Stored data |
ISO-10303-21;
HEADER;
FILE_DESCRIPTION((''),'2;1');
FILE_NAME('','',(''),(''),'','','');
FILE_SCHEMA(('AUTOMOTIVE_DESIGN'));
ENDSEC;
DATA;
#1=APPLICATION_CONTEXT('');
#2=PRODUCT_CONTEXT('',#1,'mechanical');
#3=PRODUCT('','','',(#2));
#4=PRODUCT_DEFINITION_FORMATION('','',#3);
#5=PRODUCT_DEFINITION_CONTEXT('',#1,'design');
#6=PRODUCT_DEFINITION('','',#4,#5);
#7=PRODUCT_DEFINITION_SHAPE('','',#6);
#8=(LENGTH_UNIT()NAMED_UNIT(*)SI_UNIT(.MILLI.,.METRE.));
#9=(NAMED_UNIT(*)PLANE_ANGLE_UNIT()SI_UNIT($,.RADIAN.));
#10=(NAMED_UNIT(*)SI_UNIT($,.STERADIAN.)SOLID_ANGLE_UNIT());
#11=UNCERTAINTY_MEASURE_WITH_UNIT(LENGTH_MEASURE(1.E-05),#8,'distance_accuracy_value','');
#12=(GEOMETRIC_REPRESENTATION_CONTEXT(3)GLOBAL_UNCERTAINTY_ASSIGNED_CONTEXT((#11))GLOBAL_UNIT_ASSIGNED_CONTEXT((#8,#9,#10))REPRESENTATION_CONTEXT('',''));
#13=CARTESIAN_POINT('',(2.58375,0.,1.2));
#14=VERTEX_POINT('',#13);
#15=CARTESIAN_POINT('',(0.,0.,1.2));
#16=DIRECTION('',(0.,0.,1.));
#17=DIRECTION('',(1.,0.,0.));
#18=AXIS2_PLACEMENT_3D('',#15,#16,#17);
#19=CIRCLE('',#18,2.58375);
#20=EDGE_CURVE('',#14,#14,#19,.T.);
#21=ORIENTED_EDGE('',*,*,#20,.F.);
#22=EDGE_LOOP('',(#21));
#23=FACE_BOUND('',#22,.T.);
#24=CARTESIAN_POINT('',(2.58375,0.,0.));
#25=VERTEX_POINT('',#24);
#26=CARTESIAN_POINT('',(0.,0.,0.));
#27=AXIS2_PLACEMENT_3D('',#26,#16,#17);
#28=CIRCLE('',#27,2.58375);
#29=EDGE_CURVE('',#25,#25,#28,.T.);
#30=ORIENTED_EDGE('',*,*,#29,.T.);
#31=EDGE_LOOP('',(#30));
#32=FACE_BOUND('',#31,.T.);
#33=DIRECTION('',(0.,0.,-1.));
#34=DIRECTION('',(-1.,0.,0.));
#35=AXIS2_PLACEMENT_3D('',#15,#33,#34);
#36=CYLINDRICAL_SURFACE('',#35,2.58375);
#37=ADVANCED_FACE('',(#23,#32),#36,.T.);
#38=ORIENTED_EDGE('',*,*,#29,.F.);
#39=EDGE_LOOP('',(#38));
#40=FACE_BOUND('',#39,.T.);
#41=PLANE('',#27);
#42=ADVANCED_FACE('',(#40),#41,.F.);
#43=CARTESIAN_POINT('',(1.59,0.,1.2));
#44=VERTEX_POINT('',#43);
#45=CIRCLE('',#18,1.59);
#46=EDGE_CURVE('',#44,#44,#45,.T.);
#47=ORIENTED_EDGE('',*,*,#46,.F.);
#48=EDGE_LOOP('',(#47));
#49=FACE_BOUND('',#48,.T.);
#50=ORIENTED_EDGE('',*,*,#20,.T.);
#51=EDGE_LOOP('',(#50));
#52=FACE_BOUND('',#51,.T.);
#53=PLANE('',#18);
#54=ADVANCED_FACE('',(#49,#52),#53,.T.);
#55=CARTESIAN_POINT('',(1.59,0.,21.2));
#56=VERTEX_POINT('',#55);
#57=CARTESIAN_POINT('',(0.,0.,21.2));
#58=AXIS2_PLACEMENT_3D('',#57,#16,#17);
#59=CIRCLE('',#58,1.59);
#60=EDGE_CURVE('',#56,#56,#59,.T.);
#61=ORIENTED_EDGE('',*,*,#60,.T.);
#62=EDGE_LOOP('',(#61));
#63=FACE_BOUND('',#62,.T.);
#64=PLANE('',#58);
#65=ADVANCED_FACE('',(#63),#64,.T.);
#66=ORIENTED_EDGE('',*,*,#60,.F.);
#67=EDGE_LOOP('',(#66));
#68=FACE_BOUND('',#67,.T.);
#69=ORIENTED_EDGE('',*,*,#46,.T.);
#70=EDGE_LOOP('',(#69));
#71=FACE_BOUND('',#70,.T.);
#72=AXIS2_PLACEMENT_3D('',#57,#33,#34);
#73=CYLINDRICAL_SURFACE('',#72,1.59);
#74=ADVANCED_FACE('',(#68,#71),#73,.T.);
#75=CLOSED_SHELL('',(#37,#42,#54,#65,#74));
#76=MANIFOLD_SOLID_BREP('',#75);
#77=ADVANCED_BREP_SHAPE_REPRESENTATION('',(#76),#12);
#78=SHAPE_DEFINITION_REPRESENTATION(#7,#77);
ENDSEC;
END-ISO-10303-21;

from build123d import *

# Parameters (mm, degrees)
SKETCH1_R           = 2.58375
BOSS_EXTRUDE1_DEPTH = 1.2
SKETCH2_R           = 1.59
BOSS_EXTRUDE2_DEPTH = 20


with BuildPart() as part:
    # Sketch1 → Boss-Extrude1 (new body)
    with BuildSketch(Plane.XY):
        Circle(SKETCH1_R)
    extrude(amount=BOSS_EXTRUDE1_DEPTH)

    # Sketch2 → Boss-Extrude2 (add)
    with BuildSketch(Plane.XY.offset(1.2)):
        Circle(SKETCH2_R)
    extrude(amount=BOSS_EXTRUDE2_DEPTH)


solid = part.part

--

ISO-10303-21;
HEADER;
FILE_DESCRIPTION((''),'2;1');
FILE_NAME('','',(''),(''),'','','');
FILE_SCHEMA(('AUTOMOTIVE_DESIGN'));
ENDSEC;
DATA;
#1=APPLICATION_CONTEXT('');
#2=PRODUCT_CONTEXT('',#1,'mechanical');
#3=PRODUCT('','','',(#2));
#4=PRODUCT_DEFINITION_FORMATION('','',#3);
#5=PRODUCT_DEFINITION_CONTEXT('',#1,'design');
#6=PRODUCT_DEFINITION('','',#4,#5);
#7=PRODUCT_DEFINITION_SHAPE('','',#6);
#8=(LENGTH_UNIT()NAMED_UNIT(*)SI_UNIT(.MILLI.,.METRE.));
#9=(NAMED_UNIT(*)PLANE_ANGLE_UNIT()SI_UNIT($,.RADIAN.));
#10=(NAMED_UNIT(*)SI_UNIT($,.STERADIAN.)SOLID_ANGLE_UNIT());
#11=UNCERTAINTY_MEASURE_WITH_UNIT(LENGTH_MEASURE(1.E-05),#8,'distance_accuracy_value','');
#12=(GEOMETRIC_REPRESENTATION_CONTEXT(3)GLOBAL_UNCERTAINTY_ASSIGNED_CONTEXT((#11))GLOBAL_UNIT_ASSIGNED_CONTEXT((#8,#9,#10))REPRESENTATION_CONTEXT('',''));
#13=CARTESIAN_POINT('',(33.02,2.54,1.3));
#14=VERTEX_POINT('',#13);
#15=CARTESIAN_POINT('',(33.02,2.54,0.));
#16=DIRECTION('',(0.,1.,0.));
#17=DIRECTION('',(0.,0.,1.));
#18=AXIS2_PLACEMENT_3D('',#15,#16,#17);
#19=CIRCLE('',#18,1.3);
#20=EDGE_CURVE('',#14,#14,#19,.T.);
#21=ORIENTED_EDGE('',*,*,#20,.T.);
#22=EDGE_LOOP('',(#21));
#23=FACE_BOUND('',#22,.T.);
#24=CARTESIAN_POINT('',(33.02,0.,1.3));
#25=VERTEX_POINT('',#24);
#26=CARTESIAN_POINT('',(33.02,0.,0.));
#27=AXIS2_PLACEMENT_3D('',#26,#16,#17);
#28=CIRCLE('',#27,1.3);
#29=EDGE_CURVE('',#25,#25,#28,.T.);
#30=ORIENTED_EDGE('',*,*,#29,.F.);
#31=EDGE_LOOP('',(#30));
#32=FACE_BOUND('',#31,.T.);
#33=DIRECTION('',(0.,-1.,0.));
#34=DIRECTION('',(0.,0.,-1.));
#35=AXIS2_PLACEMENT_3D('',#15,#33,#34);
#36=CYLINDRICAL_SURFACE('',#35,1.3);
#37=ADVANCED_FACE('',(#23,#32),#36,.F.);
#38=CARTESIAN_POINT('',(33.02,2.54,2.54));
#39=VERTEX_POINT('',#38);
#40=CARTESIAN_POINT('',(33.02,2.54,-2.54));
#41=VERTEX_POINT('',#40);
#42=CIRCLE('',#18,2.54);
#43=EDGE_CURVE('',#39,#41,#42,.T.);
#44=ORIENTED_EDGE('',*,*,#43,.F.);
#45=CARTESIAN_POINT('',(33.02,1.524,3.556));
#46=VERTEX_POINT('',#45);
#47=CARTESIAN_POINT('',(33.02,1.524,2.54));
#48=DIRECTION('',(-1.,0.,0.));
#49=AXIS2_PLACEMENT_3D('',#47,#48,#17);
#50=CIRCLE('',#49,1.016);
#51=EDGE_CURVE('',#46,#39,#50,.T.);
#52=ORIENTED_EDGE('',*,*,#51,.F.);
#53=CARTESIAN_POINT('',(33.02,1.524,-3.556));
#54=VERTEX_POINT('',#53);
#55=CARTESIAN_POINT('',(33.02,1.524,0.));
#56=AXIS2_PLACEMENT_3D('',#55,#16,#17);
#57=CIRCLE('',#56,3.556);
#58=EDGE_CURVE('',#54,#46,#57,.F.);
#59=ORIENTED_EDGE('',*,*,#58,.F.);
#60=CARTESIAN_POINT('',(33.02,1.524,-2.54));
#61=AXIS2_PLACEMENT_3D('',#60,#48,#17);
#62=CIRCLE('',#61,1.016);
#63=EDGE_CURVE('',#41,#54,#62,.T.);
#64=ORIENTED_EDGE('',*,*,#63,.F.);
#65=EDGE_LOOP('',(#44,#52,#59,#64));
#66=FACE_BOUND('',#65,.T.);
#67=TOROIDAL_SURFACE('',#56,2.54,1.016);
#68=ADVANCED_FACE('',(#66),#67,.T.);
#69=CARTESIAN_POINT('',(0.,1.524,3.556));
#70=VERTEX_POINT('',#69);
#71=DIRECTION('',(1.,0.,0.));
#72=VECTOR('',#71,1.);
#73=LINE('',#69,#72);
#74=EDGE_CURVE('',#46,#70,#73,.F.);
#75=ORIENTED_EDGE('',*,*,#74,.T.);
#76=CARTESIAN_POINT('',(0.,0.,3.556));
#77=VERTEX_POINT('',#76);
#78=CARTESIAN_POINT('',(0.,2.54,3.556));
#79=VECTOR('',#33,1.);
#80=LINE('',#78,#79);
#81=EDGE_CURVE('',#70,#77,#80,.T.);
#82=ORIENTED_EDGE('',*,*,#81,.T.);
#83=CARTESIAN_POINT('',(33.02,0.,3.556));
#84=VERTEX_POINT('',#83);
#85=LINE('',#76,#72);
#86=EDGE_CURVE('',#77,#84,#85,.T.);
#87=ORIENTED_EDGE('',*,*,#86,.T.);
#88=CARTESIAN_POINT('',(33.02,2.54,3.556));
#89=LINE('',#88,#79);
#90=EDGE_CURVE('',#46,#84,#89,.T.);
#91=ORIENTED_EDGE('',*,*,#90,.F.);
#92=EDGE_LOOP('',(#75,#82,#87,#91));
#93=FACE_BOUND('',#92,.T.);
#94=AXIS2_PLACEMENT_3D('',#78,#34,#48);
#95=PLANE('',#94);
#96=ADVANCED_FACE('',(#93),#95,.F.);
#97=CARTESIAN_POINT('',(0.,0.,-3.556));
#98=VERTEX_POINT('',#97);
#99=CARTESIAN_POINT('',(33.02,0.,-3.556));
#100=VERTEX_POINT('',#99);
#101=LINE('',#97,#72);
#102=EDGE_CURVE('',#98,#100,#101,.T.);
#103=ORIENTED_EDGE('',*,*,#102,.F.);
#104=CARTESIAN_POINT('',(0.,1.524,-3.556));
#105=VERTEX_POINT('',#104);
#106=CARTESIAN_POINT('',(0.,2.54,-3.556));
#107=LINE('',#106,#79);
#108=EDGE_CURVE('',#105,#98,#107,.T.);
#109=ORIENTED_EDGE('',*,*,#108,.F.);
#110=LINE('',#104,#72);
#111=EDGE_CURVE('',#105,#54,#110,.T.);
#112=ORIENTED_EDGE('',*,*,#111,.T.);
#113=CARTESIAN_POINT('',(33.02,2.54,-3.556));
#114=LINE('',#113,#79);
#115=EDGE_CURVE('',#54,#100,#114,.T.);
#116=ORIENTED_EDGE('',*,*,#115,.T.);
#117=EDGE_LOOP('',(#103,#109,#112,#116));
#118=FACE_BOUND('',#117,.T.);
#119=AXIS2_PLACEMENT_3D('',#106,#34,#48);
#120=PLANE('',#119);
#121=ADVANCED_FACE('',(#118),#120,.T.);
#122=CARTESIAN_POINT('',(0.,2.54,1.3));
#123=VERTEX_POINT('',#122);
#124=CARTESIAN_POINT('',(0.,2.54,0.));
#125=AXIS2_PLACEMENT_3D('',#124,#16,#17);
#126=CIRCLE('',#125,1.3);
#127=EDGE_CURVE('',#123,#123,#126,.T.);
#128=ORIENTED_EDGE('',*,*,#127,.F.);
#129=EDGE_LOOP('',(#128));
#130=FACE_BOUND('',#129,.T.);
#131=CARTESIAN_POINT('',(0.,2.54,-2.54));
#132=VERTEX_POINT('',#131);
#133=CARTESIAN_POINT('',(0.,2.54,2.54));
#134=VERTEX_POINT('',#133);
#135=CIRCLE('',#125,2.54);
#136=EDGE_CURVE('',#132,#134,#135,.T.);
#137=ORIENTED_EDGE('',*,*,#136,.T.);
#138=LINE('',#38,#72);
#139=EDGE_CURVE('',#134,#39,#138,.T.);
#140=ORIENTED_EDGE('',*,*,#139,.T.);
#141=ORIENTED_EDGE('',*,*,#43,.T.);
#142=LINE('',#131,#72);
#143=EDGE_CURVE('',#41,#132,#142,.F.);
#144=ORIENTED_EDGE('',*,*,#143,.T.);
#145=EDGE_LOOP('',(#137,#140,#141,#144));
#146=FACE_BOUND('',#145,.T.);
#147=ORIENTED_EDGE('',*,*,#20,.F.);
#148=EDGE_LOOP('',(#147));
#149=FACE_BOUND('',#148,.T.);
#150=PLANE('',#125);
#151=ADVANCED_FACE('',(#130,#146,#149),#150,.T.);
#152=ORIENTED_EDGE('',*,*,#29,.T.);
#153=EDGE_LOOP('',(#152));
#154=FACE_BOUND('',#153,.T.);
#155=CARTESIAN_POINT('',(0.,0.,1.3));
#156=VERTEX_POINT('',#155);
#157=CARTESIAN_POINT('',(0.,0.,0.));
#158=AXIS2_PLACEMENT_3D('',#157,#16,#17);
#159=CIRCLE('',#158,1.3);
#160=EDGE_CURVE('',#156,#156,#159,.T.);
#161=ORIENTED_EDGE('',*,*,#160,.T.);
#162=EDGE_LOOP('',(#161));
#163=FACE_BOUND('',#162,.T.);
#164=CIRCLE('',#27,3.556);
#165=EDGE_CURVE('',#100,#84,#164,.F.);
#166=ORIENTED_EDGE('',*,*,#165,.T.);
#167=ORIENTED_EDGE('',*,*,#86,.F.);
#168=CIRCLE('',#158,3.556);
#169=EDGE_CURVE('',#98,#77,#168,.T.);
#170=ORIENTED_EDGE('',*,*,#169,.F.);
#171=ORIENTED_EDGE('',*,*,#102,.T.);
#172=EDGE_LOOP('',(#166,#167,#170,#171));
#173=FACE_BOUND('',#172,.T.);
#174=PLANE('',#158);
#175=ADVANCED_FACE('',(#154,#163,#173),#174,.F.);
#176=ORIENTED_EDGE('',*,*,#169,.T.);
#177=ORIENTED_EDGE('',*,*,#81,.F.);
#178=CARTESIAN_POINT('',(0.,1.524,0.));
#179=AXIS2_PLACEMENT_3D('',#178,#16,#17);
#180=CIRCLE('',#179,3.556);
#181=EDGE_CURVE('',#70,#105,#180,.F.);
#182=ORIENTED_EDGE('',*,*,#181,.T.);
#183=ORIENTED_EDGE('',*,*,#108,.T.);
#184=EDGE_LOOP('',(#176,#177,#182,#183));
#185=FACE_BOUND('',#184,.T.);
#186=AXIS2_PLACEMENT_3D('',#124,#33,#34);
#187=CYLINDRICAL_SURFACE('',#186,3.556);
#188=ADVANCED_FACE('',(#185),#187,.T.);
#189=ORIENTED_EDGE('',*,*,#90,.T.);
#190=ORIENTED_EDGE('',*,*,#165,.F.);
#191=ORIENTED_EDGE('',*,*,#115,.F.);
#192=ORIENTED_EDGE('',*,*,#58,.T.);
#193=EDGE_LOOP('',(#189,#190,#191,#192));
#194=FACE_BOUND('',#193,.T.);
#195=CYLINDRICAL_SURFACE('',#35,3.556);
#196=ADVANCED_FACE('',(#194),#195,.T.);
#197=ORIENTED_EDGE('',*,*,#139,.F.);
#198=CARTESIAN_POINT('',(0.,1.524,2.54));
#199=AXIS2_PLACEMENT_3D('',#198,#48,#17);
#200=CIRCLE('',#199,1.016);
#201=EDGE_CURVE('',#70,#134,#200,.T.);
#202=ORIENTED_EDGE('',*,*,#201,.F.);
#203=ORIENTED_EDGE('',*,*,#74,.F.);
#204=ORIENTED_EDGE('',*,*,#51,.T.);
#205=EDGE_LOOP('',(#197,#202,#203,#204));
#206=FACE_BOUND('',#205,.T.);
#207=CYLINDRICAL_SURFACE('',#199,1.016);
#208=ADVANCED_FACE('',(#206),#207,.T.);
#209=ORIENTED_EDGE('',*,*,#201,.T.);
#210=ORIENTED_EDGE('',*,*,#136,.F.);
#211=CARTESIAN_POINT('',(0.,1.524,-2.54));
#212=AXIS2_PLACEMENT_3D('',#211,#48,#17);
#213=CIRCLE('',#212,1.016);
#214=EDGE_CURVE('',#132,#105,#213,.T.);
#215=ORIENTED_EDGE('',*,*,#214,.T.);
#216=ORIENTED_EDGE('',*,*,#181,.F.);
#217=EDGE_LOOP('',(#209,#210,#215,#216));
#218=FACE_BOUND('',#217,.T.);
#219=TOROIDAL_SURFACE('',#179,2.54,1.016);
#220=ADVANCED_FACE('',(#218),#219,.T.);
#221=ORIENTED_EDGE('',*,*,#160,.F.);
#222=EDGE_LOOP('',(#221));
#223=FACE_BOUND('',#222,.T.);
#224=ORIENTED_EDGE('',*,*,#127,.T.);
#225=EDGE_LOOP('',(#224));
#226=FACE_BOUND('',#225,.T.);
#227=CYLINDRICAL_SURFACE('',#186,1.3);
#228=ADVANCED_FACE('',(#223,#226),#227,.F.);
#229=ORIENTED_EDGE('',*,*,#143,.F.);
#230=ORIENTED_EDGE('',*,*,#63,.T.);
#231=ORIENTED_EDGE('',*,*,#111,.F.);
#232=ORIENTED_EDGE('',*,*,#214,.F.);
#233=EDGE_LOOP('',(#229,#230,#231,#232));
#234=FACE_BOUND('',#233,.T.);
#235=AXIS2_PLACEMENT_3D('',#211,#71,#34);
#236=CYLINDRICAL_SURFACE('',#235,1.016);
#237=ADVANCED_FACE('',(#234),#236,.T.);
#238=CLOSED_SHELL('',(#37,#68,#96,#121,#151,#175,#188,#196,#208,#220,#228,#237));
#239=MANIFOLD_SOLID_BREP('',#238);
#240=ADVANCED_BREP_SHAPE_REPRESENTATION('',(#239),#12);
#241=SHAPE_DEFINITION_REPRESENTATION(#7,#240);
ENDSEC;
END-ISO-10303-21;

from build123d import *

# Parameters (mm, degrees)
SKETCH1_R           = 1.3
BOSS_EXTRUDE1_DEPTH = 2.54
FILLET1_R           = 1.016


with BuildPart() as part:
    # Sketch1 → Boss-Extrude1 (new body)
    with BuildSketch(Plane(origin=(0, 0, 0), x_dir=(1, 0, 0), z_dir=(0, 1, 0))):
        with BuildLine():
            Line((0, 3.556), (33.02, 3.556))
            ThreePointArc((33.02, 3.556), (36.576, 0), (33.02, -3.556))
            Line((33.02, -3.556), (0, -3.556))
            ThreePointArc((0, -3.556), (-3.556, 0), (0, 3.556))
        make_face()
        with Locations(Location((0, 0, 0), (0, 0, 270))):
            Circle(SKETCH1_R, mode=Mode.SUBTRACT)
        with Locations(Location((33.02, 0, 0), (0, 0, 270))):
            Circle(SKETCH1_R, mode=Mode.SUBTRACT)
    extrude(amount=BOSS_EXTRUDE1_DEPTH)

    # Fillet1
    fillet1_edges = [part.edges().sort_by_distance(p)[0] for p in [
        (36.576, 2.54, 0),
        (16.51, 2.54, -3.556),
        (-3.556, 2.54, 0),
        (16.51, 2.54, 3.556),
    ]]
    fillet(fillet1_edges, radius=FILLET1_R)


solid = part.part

Directions |
Each line above from the one with "#184=EDGE_LOOP('',(#176,#177,#182,#183));" up to and including the one with "#217=EDGE_LOOP('',(#209,#210,#215,#216));" must be set down exactly, and no line outside that span may appear.

Problem solution |
#184=EDGE_LOOP('',(#176,#177,#182,#183));
#185=FACE_BOUND('',#184,.T.);
#186=AXIS2_PLACEMENT_3D('',#124,#33,#34);
#187=CYLINDRICAL_SURFACE('',#186,3.556);
#188=ADVANCED_FACE('',(#185),#187,.T.);
#189=ORIENTED_EDGE('',*,*,#90,.T.);
#190=ORIENTED_EDGE('',*,*,#165,.F.);
#191=ORIENTED_EDGE('',*,*,#115,.F.);
#192=ORIENTED_EDGE('',*,*,#58,.T.);
#193=EDGE_LOOP('',(#189,#190,#191,#192));
#194=FACE_BOUND('',#193,.T.);
#195=CYLINDRICAL_SURFACE('',#35,3.556);
#196=ADVANCED_FACE('',(#194),#195,.T.);
#197=ORIENTED_EDGE('',*,*,#139,.F.);
#198=CARTESIAN_POINT('',(0.,1.524,2.54));
#199=AXIS2_PLACEMENT_3D('',#198,#48,#17);
#200=CIRCLE('',#199,1.016);
#201=EDGE_CURVE('',#70,#134,#200,.T.);
#202=ORIENTED_EDGE('',*,*,#201,.F.);
#203=ORIENTED_EDGE('',*,*,#74,.F.);
#204=ORIENTED_EDGE('',*,*,#51,.T.);
#205=EDGE_LOOP('',(#197,#202,#203,#204));
#206=FACE_BOUND('',#205,.T.);
#207=CYLINDRICAL_SURFACE('',#199,1.016);
#208=ADVANCED_FACE('',(#206),#207,.T.);
#209=ORIENTED_EDGE('',*,*,#201,.T.);
#210=ORIENTED_EDGE('',*,*,#136,.F.);
#211=CARTESIAN_POINT('',(0.,1.524,-2.54));
#212=AXIS2_PLACEMENT_3D('',#211,#48,#17);
#213=CIRCLE('',#212,1.016);
#214=EDGE_CURVE('',#132,#105,#213,.T.);
#215=ORIENTED_EDGE('',*,*,#214,.T.);
#216=ORIENTED_EDGE('',*,*,#181,.F.);
#217=EDGE_LOOP('',(#209,#210,#215,#216));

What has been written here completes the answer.